A small radial clearance between tip cover 50 and shot tube 12 can
limit backflow of molten metal 20 along tip assembly 52 during the
die casting process. Highly convective thermal cooling of closed
end 32 can draw heat from tip cover 50 to limit the potential for
thermal expansion of tip cover 50 and thereby control the radial
clearance between tip cover 50 and shot tube 12. In some
embodiments, tip cover 50 may be employed in die casting processes
of short duration (e.g., 3 seconds).
[0033] Highly cooled die casting plunger tip assembly 16, utilizing
back-side tip convection/conduction cooling in combination with
double-walled tip 26 can reduce thermal stresses on tip 26 and can
effectively be used in a die casting process for alloys with an
incipient melt temperature above 2000.degree. F. (1093.degree. C.).

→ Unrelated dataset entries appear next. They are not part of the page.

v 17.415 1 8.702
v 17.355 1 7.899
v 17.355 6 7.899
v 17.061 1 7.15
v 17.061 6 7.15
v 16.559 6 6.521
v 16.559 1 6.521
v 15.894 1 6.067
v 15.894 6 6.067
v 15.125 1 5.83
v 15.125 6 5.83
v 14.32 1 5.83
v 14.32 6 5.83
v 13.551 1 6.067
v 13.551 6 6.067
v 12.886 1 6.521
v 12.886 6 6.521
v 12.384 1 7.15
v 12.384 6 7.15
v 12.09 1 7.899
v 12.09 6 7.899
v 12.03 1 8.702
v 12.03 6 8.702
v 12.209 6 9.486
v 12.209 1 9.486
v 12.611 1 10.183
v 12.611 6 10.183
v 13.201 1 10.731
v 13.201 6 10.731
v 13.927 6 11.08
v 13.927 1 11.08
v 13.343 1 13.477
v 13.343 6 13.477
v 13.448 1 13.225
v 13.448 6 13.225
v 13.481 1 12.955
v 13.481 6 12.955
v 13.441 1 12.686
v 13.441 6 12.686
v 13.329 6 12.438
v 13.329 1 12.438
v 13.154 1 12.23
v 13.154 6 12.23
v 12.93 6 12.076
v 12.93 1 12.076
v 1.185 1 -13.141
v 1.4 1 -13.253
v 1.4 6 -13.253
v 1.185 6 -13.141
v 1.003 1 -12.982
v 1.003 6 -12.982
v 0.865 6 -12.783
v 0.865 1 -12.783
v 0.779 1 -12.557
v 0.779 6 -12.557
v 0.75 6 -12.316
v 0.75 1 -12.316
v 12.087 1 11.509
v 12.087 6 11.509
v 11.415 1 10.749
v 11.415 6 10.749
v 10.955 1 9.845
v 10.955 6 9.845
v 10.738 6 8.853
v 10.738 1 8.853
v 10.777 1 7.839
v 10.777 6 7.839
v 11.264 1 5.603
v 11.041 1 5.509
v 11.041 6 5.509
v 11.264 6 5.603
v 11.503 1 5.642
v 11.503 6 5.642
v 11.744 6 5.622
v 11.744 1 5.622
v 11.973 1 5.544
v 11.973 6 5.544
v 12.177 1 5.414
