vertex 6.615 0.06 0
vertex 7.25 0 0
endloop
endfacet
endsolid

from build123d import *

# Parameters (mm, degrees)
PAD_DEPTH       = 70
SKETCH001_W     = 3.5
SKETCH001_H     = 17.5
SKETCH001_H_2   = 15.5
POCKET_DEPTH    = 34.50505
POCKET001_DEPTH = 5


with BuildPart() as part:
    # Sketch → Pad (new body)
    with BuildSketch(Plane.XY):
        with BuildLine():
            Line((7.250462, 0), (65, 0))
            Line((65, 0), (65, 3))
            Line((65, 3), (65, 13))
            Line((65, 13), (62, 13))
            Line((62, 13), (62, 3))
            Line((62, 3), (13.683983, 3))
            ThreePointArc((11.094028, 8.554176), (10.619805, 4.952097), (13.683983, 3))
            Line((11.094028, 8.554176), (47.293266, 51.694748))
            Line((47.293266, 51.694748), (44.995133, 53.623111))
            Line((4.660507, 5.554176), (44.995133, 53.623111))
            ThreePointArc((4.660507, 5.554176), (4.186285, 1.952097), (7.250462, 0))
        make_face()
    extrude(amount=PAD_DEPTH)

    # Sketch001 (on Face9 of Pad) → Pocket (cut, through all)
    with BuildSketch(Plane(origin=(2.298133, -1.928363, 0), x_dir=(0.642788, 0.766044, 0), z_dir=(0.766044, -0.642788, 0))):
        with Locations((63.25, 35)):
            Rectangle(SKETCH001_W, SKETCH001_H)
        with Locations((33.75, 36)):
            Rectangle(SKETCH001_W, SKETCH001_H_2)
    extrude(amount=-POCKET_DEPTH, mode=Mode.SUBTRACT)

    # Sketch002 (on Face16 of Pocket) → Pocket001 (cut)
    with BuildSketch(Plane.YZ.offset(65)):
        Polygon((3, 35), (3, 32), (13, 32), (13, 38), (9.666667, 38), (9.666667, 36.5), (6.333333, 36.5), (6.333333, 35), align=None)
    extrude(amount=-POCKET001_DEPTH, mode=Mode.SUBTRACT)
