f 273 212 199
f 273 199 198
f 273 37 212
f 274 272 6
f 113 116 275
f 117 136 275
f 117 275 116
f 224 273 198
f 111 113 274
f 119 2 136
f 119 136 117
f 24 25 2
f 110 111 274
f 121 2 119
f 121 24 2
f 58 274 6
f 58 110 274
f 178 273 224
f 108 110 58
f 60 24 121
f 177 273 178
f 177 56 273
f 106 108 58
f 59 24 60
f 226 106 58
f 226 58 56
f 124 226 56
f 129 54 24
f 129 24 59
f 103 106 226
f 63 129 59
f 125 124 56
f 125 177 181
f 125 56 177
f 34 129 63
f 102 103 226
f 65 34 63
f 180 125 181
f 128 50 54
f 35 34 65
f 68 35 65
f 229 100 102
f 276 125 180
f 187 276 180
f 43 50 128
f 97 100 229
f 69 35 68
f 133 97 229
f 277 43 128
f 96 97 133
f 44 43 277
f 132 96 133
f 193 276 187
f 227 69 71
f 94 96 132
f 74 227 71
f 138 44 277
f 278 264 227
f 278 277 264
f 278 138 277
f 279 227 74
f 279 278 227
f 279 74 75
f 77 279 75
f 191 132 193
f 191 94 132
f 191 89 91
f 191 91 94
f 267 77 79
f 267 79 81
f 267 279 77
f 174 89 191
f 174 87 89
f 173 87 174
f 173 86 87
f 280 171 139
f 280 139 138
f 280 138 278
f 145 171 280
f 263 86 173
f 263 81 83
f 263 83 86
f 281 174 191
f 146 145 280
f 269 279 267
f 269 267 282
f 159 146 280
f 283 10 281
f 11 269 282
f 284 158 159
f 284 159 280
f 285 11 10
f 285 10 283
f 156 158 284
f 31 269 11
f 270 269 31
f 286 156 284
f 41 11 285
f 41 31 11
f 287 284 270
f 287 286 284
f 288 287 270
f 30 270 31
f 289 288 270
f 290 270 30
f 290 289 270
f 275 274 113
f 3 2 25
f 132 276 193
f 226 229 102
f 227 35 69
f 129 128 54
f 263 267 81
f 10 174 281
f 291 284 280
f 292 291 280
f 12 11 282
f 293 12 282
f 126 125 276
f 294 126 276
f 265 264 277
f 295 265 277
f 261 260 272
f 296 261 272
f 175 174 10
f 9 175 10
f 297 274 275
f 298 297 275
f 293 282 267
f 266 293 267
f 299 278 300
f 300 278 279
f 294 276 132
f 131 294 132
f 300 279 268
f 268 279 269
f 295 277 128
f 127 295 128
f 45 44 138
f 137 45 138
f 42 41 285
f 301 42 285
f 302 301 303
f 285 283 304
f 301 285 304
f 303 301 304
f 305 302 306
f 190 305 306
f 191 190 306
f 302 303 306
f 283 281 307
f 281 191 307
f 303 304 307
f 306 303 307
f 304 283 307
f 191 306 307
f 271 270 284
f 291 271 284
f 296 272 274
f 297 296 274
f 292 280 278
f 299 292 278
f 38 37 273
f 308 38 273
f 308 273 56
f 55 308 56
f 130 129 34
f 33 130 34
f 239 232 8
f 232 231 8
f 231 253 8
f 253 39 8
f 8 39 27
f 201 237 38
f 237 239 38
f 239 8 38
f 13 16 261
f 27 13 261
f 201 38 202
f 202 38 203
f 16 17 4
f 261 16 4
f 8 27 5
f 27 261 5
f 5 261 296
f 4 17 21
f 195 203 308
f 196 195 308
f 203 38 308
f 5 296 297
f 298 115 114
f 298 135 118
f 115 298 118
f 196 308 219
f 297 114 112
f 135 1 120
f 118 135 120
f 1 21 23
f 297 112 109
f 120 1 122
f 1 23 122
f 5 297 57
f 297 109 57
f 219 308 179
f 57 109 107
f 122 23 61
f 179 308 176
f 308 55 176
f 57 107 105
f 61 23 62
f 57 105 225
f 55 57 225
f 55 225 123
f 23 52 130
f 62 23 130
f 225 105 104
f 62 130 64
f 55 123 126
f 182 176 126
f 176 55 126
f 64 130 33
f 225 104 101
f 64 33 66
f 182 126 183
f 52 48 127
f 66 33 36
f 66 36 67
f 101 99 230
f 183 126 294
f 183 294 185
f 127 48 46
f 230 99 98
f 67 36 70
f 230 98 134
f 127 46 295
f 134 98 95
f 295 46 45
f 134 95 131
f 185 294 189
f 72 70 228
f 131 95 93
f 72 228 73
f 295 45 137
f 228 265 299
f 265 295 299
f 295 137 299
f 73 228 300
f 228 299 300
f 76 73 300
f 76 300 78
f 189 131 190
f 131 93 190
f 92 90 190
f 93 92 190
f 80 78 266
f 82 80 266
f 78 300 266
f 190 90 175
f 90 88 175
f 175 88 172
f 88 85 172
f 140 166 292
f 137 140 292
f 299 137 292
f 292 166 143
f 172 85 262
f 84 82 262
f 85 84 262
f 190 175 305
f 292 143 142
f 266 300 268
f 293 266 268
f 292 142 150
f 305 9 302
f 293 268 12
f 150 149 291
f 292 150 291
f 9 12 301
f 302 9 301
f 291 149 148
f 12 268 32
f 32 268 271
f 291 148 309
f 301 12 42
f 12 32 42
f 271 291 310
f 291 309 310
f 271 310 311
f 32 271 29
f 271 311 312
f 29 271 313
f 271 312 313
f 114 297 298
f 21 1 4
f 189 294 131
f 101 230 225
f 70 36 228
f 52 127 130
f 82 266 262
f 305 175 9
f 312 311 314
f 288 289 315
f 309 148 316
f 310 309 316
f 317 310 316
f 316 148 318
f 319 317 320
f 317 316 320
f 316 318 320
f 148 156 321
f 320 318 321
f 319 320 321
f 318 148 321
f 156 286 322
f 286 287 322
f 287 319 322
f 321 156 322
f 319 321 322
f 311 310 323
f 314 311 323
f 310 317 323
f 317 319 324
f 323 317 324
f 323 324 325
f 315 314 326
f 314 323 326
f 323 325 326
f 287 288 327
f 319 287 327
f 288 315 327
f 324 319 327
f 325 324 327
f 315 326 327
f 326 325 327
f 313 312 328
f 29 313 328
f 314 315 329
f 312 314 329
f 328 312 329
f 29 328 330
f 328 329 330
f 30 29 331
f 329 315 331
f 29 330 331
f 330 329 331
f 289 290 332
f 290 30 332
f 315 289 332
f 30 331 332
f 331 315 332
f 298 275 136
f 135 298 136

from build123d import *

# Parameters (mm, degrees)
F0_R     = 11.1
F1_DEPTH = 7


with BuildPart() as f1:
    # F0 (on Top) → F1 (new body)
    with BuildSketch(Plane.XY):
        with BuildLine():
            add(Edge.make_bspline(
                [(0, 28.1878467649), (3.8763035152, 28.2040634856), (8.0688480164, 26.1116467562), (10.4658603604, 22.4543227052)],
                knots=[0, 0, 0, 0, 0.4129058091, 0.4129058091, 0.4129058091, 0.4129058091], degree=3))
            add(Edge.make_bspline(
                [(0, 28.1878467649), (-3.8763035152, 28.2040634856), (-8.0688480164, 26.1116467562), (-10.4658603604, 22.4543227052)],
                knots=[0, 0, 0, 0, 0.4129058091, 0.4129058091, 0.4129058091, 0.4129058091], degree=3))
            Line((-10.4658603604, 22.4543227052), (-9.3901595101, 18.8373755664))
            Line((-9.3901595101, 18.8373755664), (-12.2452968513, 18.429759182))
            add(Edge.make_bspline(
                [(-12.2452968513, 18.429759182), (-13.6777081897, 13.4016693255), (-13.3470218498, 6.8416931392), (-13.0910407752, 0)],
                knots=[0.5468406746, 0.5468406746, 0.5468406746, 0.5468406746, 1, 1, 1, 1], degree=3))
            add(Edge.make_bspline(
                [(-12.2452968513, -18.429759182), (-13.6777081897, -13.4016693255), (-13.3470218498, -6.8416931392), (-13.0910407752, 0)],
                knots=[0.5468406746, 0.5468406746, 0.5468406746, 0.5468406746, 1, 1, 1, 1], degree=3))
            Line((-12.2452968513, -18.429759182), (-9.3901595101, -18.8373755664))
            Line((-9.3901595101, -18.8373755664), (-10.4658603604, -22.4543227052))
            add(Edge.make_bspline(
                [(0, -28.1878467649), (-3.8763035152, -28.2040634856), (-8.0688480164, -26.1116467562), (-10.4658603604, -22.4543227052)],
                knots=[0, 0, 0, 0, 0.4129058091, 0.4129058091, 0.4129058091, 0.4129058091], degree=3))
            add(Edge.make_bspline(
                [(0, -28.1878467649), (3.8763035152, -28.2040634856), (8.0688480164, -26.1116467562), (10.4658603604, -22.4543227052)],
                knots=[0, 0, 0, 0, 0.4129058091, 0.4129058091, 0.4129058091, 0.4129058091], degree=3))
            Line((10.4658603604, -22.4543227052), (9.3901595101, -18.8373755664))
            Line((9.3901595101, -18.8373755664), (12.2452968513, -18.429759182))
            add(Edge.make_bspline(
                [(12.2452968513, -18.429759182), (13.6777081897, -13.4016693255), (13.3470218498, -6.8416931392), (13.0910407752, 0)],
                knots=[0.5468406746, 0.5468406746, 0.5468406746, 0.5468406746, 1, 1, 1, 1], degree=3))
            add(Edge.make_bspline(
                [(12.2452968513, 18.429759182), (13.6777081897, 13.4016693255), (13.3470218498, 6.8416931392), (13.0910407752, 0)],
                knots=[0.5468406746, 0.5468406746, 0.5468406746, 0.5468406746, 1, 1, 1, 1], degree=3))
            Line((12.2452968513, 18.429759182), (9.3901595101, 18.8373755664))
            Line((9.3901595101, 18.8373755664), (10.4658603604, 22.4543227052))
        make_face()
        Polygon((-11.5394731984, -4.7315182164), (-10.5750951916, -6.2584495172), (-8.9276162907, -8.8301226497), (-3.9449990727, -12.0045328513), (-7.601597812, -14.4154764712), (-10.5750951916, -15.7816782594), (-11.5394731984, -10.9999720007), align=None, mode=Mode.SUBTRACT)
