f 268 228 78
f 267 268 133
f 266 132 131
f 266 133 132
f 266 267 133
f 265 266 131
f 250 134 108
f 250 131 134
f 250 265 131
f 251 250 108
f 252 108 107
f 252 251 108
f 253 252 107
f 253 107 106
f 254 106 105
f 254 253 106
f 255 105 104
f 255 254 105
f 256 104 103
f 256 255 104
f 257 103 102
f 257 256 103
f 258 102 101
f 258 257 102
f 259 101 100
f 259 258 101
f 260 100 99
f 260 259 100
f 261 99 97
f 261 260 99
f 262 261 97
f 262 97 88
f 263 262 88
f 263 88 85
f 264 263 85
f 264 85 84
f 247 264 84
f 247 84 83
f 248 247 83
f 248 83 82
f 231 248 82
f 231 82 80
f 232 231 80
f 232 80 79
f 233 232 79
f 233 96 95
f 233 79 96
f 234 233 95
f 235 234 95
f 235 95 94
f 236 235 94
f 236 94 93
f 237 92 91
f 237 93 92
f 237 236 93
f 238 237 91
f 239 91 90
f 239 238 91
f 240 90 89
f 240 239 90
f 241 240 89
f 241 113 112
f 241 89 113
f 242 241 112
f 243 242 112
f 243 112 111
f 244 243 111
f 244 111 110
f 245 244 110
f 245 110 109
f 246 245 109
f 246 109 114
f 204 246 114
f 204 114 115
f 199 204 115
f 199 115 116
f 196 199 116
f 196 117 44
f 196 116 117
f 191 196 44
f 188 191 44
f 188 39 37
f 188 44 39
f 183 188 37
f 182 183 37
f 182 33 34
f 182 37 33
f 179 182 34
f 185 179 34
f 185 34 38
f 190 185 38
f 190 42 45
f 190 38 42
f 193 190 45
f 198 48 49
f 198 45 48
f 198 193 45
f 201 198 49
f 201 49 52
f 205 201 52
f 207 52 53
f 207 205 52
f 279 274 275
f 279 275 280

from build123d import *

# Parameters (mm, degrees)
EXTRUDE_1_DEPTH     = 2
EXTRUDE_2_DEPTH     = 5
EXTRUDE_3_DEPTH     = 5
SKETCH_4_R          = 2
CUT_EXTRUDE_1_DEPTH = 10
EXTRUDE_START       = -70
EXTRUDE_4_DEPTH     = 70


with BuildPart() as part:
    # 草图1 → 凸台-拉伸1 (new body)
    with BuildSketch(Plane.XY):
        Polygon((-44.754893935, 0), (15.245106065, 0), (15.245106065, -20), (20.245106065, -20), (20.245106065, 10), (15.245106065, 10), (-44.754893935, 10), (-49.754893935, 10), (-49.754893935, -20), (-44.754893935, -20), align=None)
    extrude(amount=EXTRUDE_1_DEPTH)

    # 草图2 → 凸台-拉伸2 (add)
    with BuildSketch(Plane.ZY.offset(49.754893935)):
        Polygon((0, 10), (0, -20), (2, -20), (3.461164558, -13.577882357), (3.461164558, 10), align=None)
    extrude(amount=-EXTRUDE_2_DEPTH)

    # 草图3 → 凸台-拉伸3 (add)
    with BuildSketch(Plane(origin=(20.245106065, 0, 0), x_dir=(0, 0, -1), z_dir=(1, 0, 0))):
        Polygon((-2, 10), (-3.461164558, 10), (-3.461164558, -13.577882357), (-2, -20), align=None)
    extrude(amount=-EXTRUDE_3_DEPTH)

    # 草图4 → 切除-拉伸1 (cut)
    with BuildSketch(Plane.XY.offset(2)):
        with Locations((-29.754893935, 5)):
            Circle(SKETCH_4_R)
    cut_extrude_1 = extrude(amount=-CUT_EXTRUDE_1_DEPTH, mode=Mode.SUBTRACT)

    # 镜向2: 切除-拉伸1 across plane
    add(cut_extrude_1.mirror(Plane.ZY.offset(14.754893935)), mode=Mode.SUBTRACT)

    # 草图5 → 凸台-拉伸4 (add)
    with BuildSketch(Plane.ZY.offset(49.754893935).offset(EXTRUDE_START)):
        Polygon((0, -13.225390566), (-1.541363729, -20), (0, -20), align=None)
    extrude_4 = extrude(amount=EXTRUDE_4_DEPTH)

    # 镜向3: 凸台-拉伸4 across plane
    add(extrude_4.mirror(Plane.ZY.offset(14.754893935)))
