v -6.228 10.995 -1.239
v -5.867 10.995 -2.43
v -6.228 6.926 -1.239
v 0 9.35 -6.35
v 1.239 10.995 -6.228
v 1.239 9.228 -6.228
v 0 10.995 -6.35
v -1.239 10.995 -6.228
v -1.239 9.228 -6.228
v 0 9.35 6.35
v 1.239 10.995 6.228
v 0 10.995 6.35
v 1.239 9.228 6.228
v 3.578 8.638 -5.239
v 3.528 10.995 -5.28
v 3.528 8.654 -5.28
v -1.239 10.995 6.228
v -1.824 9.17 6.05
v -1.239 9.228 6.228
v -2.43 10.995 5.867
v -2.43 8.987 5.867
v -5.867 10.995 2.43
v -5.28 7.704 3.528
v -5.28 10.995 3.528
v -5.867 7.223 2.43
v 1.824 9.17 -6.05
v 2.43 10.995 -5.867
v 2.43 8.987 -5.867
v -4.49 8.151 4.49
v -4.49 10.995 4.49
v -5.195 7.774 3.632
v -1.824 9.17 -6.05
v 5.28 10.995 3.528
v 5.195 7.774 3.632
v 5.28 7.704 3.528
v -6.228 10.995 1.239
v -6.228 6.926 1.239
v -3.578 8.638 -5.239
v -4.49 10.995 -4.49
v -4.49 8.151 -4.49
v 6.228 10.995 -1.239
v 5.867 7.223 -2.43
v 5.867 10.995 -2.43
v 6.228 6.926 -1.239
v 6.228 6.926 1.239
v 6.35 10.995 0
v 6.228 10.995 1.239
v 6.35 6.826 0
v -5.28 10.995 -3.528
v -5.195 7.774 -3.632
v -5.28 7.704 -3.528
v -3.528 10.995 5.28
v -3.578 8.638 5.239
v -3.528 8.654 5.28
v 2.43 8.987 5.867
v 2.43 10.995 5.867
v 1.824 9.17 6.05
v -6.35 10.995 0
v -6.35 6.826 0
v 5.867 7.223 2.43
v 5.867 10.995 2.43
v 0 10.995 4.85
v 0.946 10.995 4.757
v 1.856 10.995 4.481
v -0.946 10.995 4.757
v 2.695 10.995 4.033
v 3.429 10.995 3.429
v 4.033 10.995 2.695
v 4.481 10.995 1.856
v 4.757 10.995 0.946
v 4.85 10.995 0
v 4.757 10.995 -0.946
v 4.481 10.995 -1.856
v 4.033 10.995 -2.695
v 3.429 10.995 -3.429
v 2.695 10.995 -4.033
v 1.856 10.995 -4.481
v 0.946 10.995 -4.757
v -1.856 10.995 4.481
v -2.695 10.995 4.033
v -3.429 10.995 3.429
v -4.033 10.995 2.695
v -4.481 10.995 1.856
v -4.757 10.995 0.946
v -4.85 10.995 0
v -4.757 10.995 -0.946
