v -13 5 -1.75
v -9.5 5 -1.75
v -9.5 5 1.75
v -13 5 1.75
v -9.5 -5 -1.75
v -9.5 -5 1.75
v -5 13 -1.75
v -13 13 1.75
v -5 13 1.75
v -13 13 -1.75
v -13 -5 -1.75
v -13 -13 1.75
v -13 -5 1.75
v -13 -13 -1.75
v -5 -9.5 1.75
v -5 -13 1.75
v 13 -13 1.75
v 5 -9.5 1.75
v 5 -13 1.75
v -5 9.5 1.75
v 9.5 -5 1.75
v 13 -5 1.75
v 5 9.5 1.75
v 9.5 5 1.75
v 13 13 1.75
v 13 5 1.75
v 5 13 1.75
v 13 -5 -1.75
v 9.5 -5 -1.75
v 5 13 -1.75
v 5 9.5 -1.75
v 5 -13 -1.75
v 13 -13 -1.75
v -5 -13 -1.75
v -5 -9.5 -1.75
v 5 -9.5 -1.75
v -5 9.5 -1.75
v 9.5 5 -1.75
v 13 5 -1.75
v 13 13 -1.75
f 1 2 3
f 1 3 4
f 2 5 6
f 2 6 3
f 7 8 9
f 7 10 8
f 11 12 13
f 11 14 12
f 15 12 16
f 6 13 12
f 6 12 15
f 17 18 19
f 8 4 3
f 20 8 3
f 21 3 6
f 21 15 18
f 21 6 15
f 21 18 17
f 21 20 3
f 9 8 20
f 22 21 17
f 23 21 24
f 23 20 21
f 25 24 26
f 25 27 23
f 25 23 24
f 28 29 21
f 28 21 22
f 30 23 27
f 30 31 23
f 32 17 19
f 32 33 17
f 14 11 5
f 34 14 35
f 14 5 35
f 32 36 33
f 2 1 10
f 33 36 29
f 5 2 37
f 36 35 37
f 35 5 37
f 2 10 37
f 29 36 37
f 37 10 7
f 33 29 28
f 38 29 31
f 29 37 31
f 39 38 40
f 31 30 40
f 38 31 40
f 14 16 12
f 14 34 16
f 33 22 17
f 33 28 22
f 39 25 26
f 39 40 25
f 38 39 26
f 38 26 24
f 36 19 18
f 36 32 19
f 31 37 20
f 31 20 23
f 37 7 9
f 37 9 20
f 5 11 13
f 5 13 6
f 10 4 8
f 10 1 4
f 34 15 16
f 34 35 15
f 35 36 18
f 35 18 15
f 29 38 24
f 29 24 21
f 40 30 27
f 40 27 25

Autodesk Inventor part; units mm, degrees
ref_plane "YZ Plane" through (0, 0, 0) normal (1, 0, 0) x (0, 1, 0)
ref_plane "XZ Plane" through (0, 0, 0) normal (0, 1, 0) x (-1, 0, 0)
ref_plane "XY Plane" through (0, 0, 0) normal (0, 0, 1) x (1, 0, 0)
sketch "Sketch1" plane through (0, 0, 0) normal (0, 0, 1) x (1, 0, 0)
  circle A0 centre (0, 0) radius 6
  line L0 (-13, 13) -> (13, 13)
  line L1 (13, 13) -> (13, -13)
  line L2 (13, -13) -> (-13, -13)
  line L3 (-13, -13) -> (-13, 13)
  line L4 (0, 0) -> (13, 13)
  line L5 (6.5, 6.5) -> (13, 13)
  circle A1 centre (9.75, 9.75) radius 0.5
  line L6 (0, 0) -> (-13, 13)
  line L7 (-6.5, 6.5) -> (-13, 13)
  circle A2 centre (-9.75, 9.75) radius 0.5
  line L8 (0, 0) -> (-13, -13)
  line L9 (-6.5, -6.5) -> (-13, -13)
  circle A3 centre (-9.75, -9.75) radius 0.5
  line L10 (0, 0) -> (13, -13)
  line L11 (6.5, -6.5) -> (13, -13)
  circle A4 centre (9.75, -9.75) radius 0.5
  line L12 (-5, -13) -> (5, -13)
  line L13 (5, -13) -> (5, -9.5)
  line L14 (5, -9.5) -> (-5, -9.5)
  line L15 (-5, -9.5) -> (-5, -13)
  line L16 (13, 5) -> (9.5, 5)
  line L17 (9.5, 5) -> (9.5, -5)
  line L18 (9.5, -5) -> (13, -5)
  line L19 (-5, 13) -> (-5, 9.5)
  line L20 (-5, 9.5) -> (5, 9.5)
  line L21 (5, 9.5) -> (5, 13)
  line L22 (-13, -5) -> (-9.5, -5)
  line L23 (-9.5, -5) -> (-9.5, 5)
  line L24 (-9.5, 5) -> (-13, 5)
  point P0 (0, 13)
  point P1 (13, 0)
  point P2 (0, -9.5)
  point P3 (0, -13)
  point P4 (9.5, 0)
  point P5 (0, 9.5)
  point P6 (-9.5, 0)
  dimension "d4" = 12
  dimension "d5" = 26
  dimension "d6" = 26
  dimension "d7" = 1
  dimension "d8" = 360
  dimension "d9" = 10
  dimension "d10" = 3.5
  dimension "d11" = 360
extrude "Extrusion1" add sketch "Sketch1" along normal mid plane 3.5 contours A0 L10 L4 | A0 L4 A1 L1 L16 L17 L18 L10 A4 | L4 L6 A0 | A0 L6 A2 L0 L19 L20 L21 L4 A1 | L10 A4 L2 L13 L14 L15 L8 A3 A0 | A0 L8 L10 | L6 L8 A0 | A0 L8 A3 L3 L22 L23 L24 L6 A2 | A1 L4 | L4 A1 | A4 L10 | L10 A4 | A2 L6 | L6 A2 | A3 L8 | L8 A3
equation "\"d6\" = d5"
properties part number "Spodi Spodnji"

The combined use the double-walled tip 26 for back-side tip
convection/conduction cooling and a tip cover 28, 50, and
variations thereon, can effectively keep die casting plunger tip 26
at near-constant radial dimension during the die casting process,
thereby limiting the potential for jamming due to thermal
expansion.
[0034] The following are non-exclusive descriptions of possible
embodiments of the present invention.
[0035] A die casting plunger tip includes a hollow outer portion
and a hollow inner portion. The outer portion has a first closed
end. The inner portion has a second partially closed end. The inner
portion is disposed within the outer portion and the second
partially closed end is adjacent the first closed end of the outer
portion in an axial direction. A plurality of connectors connect
the outer portion and the inner portion. A plenum is formed between
the outer portion and the inner portion.
[0036] The die casting plunger tip of the preceding paragraph can
optionally include, additionally and/or alternatively, any one or
more of the following features, configurations and/or additional
components:
[0037] A further embodiment of the die casting plunger tip
assembly, wherein the plurality of connectors can be disposed
circumferentially about an outer surface of the inner portion and
extend to an inner surface of the outer portion.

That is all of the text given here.